On the Matter of the Dijkgraaf--Vafa Conjecture

TL;DR

This paper investigates the connection between gauge theories with matter and matrix models, extending the analysis to more general matter representations and identifying where the Dijkgraaf-Vafa conjecture holds or breaks down.

Contribution

It proves that for various two-index tensor matter in classical gauge groups, the perturbative superpotential reduces to matrix integrals and identifies the loop order where discrepancies occur.

Findings

Agreement with Dijkgraaf-Vafa up to N/2 loops

Disagreement at h=N/2+1 loops due to superfield relations

Provides explicit calculations for $Sp(N)$ with antisymmetric matter

Abstract

With the aim of extending the gauge theory -- matrix model connection to more general matter representations, we prove that for various two-index tensors of the classical gauge groups, the perturbative contributions to the glueball superpotential reduce to matrix integrals.

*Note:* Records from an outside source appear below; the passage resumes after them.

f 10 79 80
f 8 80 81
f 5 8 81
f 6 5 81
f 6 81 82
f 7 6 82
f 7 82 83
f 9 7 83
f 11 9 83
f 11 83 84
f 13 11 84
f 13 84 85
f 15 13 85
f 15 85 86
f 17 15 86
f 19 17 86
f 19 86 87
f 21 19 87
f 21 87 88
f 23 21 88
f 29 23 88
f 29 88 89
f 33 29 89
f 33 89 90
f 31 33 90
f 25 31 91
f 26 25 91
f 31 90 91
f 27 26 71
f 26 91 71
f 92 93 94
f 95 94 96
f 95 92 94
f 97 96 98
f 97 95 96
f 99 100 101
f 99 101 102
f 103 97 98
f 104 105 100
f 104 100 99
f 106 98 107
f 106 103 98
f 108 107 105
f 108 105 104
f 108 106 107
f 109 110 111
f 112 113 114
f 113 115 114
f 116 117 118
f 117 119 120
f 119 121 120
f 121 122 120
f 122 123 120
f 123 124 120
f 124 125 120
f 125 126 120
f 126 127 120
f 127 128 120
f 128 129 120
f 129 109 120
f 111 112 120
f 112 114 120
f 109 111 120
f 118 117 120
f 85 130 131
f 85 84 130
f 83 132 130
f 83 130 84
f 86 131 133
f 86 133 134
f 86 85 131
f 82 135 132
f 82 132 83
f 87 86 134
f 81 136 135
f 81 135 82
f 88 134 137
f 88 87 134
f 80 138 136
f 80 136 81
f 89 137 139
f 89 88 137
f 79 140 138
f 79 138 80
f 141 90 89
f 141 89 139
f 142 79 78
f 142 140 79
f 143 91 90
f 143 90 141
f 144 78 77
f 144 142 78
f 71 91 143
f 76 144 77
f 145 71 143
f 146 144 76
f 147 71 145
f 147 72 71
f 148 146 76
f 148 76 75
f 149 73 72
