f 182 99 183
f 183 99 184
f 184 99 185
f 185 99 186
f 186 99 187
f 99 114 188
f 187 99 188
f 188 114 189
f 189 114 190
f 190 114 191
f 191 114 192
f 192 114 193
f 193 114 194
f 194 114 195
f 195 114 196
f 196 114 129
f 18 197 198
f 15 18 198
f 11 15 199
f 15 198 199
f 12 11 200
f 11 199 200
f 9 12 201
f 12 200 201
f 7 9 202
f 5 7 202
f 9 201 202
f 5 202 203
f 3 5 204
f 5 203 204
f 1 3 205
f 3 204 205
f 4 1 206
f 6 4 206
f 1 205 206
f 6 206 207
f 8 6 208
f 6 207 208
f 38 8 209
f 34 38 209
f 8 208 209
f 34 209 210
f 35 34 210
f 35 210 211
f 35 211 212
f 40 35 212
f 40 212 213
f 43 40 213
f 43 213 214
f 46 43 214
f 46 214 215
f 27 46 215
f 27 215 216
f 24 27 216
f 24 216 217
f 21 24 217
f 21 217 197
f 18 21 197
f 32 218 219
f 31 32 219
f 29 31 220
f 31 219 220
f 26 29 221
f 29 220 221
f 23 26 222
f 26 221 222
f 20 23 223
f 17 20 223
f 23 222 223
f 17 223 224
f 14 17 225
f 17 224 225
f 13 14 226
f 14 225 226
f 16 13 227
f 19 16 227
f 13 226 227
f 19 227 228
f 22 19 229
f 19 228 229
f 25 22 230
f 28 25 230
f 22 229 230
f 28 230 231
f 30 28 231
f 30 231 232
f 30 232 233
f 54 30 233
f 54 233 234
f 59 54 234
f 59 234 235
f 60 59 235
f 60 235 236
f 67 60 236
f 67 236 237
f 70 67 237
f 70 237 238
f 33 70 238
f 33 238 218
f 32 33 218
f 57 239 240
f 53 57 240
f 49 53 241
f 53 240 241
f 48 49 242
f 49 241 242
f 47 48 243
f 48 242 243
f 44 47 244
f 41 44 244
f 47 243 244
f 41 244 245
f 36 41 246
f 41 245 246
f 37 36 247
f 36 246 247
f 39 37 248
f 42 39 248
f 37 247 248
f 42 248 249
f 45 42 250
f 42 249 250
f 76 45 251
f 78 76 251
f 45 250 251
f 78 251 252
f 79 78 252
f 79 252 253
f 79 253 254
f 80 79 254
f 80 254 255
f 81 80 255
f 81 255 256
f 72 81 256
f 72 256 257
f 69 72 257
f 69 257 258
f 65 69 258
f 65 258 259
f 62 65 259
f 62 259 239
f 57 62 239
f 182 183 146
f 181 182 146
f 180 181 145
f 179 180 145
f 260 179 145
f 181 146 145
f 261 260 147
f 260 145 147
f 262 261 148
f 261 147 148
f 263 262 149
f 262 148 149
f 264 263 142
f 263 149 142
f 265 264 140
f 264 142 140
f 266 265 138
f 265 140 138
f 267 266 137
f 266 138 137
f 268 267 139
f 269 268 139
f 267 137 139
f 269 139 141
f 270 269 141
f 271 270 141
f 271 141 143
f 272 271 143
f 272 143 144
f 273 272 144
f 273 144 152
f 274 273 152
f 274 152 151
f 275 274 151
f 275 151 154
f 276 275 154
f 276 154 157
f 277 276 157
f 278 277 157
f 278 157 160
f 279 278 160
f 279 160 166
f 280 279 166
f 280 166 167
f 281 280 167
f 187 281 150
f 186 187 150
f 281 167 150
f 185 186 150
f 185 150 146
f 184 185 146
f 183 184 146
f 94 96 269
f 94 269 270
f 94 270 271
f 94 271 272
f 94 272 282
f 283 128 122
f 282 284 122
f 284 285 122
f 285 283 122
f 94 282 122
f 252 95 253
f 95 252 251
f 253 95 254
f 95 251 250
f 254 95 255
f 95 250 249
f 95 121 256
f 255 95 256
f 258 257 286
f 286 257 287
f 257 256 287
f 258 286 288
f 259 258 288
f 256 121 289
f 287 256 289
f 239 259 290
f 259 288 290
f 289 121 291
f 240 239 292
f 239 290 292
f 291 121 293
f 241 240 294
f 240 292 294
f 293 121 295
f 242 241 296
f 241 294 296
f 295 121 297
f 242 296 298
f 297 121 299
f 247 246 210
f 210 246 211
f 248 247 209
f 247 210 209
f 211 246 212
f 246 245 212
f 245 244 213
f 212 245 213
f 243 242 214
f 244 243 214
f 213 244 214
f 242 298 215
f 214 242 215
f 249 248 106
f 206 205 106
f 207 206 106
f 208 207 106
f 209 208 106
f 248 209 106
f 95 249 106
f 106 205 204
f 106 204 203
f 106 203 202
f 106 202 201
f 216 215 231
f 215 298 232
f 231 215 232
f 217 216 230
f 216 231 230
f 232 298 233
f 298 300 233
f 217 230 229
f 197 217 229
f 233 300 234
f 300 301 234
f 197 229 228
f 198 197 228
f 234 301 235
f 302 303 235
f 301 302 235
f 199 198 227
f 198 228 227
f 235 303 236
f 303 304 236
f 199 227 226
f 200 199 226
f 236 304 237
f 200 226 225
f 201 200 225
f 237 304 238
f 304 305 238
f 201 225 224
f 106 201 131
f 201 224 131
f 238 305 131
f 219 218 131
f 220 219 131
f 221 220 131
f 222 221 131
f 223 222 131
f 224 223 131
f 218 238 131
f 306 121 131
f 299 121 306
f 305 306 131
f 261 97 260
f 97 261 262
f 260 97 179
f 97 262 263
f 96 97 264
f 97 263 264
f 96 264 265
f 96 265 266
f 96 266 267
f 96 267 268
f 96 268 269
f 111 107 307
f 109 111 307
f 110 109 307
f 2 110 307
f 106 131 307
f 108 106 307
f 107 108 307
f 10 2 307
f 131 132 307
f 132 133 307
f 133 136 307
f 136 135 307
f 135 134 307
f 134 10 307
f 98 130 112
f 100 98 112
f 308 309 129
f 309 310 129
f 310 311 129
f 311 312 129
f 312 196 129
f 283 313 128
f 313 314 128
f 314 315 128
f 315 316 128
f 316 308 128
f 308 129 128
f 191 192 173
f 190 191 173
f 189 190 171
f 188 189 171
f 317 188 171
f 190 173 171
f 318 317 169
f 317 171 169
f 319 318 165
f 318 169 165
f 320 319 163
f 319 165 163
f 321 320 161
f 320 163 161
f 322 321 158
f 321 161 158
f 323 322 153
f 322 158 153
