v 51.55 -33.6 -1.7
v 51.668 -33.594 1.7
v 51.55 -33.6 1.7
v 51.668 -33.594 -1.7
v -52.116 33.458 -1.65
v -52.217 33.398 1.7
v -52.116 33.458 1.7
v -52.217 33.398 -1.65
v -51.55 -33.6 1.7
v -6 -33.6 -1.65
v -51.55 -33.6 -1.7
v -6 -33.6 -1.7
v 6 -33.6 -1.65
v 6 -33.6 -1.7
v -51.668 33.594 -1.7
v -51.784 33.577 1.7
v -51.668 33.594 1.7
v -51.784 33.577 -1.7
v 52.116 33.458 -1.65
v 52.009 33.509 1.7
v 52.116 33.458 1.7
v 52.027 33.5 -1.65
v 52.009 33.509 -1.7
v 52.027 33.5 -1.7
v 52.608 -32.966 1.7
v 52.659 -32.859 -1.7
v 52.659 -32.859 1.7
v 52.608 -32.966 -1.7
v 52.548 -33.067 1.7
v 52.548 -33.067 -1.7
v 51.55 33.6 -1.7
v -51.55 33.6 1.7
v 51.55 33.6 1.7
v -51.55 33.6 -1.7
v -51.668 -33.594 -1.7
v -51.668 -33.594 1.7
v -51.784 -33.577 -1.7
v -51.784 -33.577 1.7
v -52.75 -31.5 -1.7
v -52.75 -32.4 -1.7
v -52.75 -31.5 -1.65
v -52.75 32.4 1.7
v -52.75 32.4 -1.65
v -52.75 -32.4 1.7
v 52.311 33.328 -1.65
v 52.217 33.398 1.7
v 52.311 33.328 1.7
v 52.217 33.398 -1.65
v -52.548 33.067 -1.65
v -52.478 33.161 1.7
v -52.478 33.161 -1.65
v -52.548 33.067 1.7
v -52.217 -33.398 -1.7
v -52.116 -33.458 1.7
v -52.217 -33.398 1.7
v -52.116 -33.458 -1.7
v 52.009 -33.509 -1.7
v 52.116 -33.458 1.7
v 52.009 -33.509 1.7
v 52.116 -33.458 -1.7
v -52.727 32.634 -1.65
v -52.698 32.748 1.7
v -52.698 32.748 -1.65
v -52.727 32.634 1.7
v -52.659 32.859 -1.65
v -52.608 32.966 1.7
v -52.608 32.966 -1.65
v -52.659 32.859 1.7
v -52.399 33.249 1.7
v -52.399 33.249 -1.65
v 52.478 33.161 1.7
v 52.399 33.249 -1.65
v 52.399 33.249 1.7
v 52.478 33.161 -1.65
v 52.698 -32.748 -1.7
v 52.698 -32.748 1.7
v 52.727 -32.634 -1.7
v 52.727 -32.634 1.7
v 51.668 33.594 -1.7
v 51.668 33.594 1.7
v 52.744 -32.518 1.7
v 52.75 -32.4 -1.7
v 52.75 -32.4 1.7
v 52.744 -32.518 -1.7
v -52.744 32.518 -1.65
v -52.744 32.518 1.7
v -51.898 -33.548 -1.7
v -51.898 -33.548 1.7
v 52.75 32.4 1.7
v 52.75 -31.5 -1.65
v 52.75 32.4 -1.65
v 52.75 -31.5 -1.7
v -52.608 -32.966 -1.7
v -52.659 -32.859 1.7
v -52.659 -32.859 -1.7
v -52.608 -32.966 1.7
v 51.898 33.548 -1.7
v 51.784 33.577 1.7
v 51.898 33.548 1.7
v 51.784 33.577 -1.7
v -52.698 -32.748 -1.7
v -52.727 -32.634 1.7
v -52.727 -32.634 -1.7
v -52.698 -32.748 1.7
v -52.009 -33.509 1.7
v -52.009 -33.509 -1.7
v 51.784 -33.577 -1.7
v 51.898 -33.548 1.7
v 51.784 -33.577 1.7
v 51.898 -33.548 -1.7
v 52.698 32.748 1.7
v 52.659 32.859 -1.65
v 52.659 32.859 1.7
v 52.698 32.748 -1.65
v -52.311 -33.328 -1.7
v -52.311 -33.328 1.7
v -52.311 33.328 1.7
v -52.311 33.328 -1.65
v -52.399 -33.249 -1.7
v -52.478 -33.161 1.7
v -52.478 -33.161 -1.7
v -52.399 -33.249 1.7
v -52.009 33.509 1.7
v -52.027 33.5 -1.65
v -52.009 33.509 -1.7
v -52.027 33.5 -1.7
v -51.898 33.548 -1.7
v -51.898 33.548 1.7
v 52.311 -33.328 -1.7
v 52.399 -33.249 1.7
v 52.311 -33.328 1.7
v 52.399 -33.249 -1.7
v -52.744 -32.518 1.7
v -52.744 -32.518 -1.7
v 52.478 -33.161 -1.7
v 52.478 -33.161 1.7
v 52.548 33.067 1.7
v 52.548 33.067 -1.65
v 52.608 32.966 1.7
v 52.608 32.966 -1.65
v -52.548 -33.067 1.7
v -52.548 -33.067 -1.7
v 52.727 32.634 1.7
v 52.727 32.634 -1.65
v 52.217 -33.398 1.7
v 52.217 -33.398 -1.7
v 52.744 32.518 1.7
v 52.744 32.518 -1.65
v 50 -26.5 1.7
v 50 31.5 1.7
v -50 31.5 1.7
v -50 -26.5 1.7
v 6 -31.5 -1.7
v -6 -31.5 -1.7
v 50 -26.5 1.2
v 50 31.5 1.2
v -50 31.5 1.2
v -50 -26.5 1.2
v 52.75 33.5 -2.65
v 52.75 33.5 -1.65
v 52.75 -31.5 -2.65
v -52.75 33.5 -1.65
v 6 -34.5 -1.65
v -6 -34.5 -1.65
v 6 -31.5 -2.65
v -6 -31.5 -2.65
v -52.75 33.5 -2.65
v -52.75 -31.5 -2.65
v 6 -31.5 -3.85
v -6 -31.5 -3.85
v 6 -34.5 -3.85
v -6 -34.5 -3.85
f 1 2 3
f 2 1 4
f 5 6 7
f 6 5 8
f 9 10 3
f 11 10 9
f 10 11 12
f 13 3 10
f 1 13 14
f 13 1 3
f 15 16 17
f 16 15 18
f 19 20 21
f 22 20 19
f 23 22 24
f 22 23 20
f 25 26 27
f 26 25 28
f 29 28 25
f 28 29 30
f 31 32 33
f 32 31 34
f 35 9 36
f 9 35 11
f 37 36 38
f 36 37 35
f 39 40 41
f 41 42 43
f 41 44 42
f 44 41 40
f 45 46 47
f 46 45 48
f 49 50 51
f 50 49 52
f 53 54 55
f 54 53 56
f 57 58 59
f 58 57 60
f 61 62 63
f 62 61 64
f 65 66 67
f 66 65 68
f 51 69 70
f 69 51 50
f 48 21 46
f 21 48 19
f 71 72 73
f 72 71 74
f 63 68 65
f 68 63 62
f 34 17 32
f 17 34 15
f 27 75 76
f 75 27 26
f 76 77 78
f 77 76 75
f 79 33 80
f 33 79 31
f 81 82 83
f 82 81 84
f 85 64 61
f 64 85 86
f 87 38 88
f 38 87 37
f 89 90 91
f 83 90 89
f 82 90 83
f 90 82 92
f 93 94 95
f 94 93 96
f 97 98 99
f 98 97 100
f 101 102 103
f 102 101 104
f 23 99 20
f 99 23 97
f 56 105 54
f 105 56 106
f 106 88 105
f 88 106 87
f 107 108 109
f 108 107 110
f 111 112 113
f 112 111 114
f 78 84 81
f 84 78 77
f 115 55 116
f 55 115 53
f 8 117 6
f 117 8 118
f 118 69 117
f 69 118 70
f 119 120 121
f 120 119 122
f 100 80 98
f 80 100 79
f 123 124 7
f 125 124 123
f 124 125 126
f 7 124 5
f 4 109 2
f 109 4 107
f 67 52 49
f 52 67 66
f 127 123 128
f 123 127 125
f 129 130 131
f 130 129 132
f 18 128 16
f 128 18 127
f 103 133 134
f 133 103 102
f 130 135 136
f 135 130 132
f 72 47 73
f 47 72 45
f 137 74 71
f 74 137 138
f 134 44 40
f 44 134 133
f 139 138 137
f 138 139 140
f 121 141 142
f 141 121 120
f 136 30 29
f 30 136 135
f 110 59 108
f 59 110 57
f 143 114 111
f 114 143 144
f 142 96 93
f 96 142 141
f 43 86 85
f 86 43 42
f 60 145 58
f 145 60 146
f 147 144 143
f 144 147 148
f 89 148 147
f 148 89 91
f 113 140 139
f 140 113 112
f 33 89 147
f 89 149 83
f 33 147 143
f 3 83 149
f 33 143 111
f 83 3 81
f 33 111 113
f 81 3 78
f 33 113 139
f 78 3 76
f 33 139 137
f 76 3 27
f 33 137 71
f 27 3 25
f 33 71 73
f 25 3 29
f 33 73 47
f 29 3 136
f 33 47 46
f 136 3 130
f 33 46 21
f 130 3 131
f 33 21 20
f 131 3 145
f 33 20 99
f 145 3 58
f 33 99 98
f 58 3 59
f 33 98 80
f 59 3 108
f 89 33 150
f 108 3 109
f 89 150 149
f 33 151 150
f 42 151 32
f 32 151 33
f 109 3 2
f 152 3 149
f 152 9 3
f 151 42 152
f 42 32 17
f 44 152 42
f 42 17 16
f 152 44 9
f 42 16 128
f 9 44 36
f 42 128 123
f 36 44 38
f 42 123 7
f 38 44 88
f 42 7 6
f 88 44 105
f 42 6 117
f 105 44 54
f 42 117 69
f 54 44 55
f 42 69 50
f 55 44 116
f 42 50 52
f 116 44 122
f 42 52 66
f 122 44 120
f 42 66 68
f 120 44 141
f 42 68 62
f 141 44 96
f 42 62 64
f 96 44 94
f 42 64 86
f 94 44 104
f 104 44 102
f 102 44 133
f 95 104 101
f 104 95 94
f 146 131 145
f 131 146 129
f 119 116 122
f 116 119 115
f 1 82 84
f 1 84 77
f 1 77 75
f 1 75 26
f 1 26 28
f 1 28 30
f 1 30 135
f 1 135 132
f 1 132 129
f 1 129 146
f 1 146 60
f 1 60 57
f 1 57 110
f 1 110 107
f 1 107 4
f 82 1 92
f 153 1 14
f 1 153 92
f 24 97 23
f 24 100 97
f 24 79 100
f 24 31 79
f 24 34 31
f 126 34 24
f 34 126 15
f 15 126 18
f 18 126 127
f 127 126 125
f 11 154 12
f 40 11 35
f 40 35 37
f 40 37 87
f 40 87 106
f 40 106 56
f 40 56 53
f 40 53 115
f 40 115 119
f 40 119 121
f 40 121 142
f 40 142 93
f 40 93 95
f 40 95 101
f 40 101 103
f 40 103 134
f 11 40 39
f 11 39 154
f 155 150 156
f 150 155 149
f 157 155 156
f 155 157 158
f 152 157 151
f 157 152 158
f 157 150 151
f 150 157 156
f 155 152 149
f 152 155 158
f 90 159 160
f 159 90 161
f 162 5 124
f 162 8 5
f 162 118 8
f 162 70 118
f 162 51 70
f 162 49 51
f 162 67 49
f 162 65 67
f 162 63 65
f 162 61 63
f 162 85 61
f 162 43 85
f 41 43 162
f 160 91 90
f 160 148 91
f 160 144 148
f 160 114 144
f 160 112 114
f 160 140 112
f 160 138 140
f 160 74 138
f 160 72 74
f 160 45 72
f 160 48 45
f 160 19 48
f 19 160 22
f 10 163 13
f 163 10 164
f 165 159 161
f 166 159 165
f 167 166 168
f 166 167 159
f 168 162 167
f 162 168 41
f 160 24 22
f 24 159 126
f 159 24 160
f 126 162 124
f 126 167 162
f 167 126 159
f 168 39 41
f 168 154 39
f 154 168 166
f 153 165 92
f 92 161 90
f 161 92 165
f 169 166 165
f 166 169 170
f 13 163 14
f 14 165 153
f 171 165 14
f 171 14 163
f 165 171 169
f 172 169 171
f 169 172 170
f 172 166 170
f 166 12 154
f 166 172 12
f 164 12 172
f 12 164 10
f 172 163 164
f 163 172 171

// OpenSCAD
$fn = 64;

// ===== Parameters (from request) =====
overall_width     = 105.5;
overall_height    = 67.2;
overall_thickness = 3.4;

// Front window / bezel opening (requested [[-50,-26.5],[50,31.5,0.5]])
aperture_min_x     = -50;
aperture_min_y     = -26.5;
aperture_max_x     =  50;
aperture_max_y     =  31.5;
aperture_cut_depth = 0.5;

// Back step region (requested [[-105.5/2, -65/2+1],[105.5/2, 65/2+1, 1]])
back_step_min_x   = -overall_width/2;
back_step_min_y   = -65/2 + 1;
back_step_max_x   =  overall_width/2;
back_step_max_y   =  65/2 + 1;
back_step_depth   = 1;

// Bottom connector/feature (requested [[0,-34.5],[12,-31.5]])
conn_center_x     = 0;
conn_min_y        = -34.5;
conn_max_y        = -31.5;
conn_width_x      = 12;

// ===== Modeling controls =====
eps     = 0.05;   // overlap to guarantee manifold unions/differences
bezel_r = 1.2;    // corner rounding

// ===== Helpers =====
module rounded_plate_xy(size=[10,10,1], r=1, center=true) {
    w = size[0]; h = size[1]; t = size[2];
    translate(center ? [0,0,-t/2] : [0,0,0])
        linear_extrude(height=t, convexity=10)
            offset(r=r)
                square([max(0.01, w-2*r), max(0.01, h-2*r)], center=true);
}

// ===== One connected solid display module =====
module display_module() {
    // Derived sizes
    aperture_w  = aperture_max_x - aperture_min_x;
    aperture_h  = aperture_max_y - aperture_min_y;
    aperture_cx = (aperture_min_x + aperture_max_x)/2;
    aperture_cy = (aperture_min_y + aperture_max_y)/2;

    step_w  = back_step_max_x - back_step_min_x;
    step_h  = back_step_max_y - back_step_min_y;
    step_cx = (back_step_min_x + back_step_max_x)/2;
    step_cy = (back_step_min_y + back_step_max_y)/2;

    conn_h_y = conn_max_y - conn_min_y;
    conn_cy  = (conn_min_y + conn_max_y)/2;

    // Make connector thickness tied to known dimensions (visible, but not arbitrary)
    conn_thickness = min(2.2, overall_thickness); // keep plausible and connected

    // Z references
    z_front =  overall_thickness/2;
    z_back  = -overall_thickness/2;

    union() {
        // Base with front recess cut
        difference() {
            rounded_plate_xy([overall_width, overall_height, overall_thickness], r=bezel_r, center=true);

            // Cut from the FRONT face inward by aperture_cut_depth
            translate([aperture_cx, aperture_cy, z_front - (aperture_cut_depth/2) + eps/2])
                cube([aperture_w, aperture_h, aperture_cut_depth + eps], center=true);
        }

        // Back step pad (protrudes from back face by back_step_depth)
        translate([step_cx, step_cy, z_back - back_step_depth/2 + eps])
            cube([step_w, step_h, back_step_depth], center=true);

        // Bottom connector/feature (protrudes from back; guaranteed to intersect base/step)
        translate([conn_center_x, conn_cy, z_back - conn_thickness/2 + eps])
            cube([conn_width_x, conn_h_y, conn_thickness], center=true);
    }
}

display_module();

Contributing diagrams consist of certain combinations of spheres, disks, and projective planes, which we evaluate to four and five loop order. In the case of $Sp(N)$ with antisymmetric matter, independent results are obtained by computing the nonperturbative superpotential for $N=4,6$ and 8. Comparison with the Dijkgraaf-Vafa approach reveals agreement up to $N/2$ loops in matrix model perturbation theory, with disagreement setting in at $h=N/2+1$ loops, $h$ being the dual Coxeter number. At this order, the glueball superfield $S$ begins to obey nontrivial relations due to its underlying structure as a product of fermionic superfields. We therefore find a relatively simple example of an ${\cal N}=1$ gauge theory admitting a large $N$ expansion, whose dynamically generated superpotential differs from the one obtained in the matrix model approach.